Pub Date: Aug. 5th, 2008
ISBN: 978-0-8050-7960-9
Publisher: Henry Holt

Chief Espinosa, the reflective head of Rio de Janeiro’s 12th Precinct, investigates the shooting death of a homeless man identifiable only by his missing leg.

The corpse is discovered on a cul-de-sac outside a home whose owners had given a dinner party the night before. Did interior decorator Aldo Bruno, the first to leave the party with his psychotherapist wife Camila, notice anything? Aldo tells Espinosa and his men that he didn’t see a thing in the rainy night, but he confesses to Camila that he can’t remember what he saw; the whole incident is a blank in his memory. With no witnesses, no identification of the dead man and certainly no link between him and Aldo, the case would probably have languished if Aldo hadn’t stumbled on a second corpse.
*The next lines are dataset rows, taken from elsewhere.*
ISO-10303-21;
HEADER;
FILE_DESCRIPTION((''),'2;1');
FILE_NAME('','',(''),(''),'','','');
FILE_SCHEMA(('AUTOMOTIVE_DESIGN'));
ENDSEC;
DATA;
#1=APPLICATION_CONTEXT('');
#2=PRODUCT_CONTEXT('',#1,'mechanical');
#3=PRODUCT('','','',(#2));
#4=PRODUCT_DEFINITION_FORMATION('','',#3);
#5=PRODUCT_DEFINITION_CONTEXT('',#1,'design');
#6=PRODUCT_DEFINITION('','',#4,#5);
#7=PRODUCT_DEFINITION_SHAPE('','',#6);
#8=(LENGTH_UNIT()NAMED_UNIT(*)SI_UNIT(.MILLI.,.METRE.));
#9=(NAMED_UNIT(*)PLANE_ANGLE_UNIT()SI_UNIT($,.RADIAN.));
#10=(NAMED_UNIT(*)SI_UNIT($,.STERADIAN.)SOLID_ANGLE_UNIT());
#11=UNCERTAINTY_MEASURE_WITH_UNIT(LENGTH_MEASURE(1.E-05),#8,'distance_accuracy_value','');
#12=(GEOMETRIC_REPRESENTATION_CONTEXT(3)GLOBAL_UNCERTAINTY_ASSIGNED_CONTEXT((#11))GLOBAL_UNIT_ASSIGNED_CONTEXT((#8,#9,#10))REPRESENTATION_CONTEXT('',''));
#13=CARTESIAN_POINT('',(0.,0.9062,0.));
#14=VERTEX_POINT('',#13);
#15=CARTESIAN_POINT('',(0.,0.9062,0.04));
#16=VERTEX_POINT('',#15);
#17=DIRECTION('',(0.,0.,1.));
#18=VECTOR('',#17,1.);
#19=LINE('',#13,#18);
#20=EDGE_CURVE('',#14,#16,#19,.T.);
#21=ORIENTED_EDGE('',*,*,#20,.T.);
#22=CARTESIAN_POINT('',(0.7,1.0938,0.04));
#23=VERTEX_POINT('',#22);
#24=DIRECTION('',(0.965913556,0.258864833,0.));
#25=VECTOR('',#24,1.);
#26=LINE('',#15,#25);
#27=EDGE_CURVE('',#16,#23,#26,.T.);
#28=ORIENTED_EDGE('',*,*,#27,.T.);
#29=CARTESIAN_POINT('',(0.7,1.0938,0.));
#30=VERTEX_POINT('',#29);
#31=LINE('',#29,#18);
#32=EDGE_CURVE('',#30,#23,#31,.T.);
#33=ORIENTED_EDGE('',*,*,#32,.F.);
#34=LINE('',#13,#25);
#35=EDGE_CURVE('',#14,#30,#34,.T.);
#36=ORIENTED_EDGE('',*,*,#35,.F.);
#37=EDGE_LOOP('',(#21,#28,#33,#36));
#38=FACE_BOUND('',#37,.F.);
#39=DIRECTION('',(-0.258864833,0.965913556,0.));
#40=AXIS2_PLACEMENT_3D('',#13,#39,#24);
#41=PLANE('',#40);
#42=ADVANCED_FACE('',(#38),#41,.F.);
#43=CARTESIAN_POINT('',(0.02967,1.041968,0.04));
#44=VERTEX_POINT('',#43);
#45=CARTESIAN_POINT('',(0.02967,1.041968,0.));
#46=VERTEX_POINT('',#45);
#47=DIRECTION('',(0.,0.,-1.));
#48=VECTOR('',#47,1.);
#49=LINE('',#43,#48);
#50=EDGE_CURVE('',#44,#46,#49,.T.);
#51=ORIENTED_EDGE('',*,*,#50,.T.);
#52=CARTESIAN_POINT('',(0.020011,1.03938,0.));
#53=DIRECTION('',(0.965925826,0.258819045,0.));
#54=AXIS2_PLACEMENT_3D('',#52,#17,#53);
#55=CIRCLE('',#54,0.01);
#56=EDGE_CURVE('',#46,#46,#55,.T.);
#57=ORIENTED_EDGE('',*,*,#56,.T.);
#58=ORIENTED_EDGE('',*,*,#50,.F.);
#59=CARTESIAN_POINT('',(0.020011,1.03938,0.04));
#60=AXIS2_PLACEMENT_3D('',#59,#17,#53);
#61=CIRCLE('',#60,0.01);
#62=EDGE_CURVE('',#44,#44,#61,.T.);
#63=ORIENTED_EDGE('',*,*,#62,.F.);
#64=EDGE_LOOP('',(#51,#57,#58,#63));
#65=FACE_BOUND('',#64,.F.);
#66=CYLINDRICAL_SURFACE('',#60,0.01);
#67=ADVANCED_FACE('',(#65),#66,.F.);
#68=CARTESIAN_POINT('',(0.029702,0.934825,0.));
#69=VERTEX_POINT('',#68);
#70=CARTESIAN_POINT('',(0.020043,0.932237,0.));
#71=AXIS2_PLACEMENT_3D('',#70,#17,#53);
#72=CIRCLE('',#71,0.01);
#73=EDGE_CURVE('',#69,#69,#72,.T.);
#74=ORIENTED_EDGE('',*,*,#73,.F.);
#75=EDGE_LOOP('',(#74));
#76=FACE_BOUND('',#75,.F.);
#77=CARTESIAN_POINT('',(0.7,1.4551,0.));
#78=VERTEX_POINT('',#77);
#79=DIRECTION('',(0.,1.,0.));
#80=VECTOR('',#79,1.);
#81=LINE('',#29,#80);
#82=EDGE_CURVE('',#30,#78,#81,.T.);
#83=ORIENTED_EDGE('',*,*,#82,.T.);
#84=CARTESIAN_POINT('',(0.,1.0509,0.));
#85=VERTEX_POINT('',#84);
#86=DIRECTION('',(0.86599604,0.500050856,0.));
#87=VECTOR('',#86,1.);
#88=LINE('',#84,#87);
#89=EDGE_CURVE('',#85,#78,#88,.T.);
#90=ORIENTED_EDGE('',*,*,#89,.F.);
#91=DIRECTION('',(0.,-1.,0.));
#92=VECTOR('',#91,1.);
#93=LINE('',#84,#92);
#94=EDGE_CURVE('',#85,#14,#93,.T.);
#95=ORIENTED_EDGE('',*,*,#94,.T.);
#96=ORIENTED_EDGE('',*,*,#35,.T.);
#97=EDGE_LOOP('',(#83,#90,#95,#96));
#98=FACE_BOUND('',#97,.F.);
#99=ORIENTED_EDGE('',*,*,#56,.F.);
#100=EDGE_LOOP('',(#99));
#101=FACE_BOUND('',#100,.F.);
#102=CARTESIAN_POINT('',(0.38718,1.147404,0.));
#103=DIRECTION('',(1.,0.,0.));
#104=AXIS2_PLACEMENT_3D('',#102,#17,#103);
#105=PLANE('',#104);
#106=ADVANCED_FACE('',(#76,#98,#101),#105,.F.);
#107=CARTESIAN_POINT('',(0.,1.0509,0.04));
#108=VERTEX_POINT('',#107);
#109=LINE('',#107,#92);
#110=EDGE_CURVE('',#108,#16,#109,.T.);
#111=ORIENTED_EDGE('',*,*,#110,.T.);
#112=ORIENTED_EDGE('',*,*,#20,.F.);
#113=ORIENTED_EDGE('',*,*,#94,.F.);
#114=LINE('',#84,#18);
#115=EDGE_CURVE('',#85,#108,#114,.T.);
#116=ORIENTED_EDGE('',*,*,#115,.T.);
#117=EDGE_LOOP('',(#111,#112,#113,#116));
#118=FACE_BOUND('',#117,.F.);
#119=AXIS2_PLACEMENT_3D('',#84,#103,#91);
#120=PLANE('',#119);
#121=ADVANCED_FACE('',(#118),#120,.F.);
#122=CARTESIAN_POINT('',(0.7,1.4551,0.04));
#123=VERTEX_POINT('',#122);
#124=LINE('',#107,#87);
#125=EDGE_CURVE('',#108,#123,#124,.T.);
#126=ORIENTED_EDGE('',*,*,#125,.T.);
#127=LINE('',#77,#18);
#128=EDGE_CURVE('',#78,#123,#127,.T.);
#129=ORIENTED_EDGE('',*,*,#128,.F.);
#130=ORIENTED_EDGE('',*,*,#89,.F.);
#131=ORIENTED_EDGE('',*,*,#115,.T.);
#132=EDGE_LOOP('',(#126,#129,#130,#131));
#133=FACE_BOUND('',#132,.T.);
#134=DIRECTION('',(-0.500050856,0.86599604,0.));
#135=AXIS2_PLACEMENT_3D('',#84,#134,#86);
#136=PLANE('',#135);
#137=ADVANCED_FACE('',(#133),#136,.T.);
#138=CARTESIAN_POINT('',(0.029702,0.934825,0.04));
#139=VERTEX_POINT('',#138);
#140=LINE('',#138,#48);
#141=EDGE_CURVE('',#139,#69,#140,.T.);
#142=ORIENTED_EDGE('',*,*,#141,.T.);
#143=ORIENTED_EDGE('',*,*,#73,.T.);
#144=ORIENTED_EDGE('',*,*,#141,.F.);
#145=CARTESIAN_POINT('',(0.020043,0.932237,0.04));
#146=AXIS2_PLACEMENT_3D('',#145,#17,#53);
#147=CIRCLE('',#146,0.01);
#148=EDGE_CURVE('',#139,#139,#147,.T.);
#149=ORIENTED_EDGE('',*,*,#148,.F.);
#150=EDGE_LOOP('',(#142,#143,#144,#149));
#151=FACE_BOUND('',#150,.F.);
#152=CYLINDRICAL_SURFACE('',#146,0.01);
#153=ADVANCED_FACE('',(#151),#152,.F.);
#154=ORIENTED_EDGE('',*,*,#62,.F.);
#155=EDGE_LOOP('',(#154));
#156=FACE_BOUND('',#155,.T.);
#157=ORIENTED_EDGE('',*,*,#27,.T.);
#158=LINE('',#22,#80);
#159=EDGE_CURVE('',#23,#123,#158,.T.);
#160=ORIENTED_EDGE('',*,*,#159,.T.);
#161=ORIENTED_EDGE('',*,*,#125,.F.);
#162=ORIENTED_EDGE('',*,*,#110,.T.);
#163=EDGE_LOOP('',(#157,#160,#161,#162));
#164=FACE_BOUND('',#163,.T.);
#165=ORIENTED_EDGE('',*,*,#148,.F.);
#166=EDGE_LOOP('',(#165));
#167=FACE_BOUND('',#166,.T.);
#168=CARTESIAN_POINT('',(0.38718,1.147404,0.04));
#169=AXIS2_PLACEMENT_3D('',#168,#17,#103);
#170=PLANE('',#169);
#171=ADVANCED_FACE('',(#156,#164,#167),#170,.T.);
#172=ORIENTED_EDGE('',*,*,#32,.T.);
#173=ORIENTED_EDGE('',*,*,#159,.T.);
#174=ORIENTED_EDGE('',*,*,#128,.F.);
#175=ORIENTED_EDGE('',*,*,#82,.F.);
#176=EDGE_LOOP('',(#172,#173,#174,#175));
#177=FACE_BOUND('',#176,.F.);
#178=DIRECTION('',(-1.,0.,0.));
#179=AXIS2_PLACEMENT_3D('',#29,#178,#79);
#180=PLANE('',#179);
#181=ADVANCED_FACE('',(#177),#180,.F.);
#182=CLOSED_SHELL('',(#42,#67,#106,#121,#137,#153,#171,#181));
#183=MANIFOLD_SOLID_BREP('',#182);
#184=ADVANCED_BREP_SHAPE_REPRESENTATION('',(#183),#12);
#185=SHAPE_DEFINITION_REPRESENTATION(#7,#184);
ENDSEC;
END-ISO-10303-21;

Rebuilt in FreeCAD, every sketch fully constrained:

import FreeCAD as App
import Part
import Sketcher

V = App.Vector
Q = App.Units.Quantity


def add_polygon(sketch, points):
    """Adds a closed chain of lines whose ends are joined by coincident constraints."""
    first, n = sketch.GeometryCount, len(points)
    for a, b in zip(points, points[1:] + points[:1]):
        sketch.addGeometry(Part.LineSegment(App.Vector(*a, 0), App.Vector(*b, 0)), False)
    for i in range(n):
        sketch.addConstraint(Sketcher.Constraint("Coincident", first + i, 2, first + (i + 1) % n, 1))

doc = App.newDocument("Part")
body = doc.addObject("PartDesign::Body", "Body")

# Sketch on XY plane
sketch1 = doc.addObject("Sketcher::SketchObject", "Sketch")
body.addObject(sketch1)
sketch1.AttachmentSupport = (doc.XY_Plane, [""])
sketch1.MapMode = "FlatFace"
add_polygon(sketch1, [(0, 1.05), (0, 0.91), (0.7, 1.09), (0.7, 1.46)])  # lines 0-3
sketch1.addConstraint([
    Sketcher.Constraint("Vertical", 0),
    Sketcher.Constraint("Vertical", 2),
    Sketcher.Constraint("PointOnObject", 0, 2, -2),
    Sketcher.Constraint("DistanceX", -1, 1, 1, 2, Q("0.7 mm")),
    Sketcher.Constraint("DistanceY", 0, 2, 0, 1, Q("0.1447 mm")),
    Sketcher.Constraint("DistanceY", 2, 1, 2, 2, Q("0.3613 mm")),
    Sketcher.Constraint("DistanceY", -1, 1, 2, 2, Q("1.455 mm")),
    Sketcher.Constraint("DistanceY", -1, 1, 3, 2, Q("1.051 mm")),
])
pad1 = doc.addObject("PartDesign::Pad", "Pad")
body.addObject(pad1)
pad1.Profile = sketch1
pad1.Length = 0.04

# Sketch on XY plane
sketch2 = doc.addObject("Sketcher::SketchObject", "Sketch001")
body.addObject(sketch2)
sketch2.AttachmentSupport = (doc.XY_Plane, [""])
sketch2.MapMode = "FlatFace"
sketch2.AttachmentOffset = App.Placement(V(0, 0, 0.04), App.Rotation())
sketch2.addGeometry([
    Part.Circle(V(0.02, 1.039, 0), V(0, 0, 1), 0.01),
    Part.Circle(V(0.02, 0.932, 0), V(0, 0, 1), 0.01),
], False)
sketch2.addConstraint([
    Sketcher.Constraint("Equal", 0, 1),
    Sketcher.Constraint("Vertical", 0, 3, 1, 3),
    Sketcher.Constraint("Diameter", 0, Q("0.02 mm")),
    Sketcher.Constraint("DistanceX", -1, 1, 0, 3, Q("0.02 mm")),
    Sketcher.Constraint("DistanceY", -1, 1, 0, 3, Q("1.0394 mm")),
    Sketcher.Constraint("DistanceY", -1, 1, 1, 3, Q("0.9322 mm")),
])
pocket1 = doc.addObject("PartDesign::Pocket", "Pocket")
body.addObject(pocket1)
pocket1.Profile = sketch2
pocket1.Type = "ThroughAll"

doc.recompute()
Now Espinosa has to wonder about the coincidence and consider every possible motive for murder. That’s a tall order when everyone involved in the case seems to be romantically involved with everyone else—a state of affairs Espinosa, still carrying on with Irene the graphic designer (Pursuit, 2006, etc.), can readily appreciate.

The solution, which depends on still further coincidence, is disappointing, but not the cat-and-mouse game between Espinosa and Aldo, the prey who doesn’t know himself whether he’s also a predator.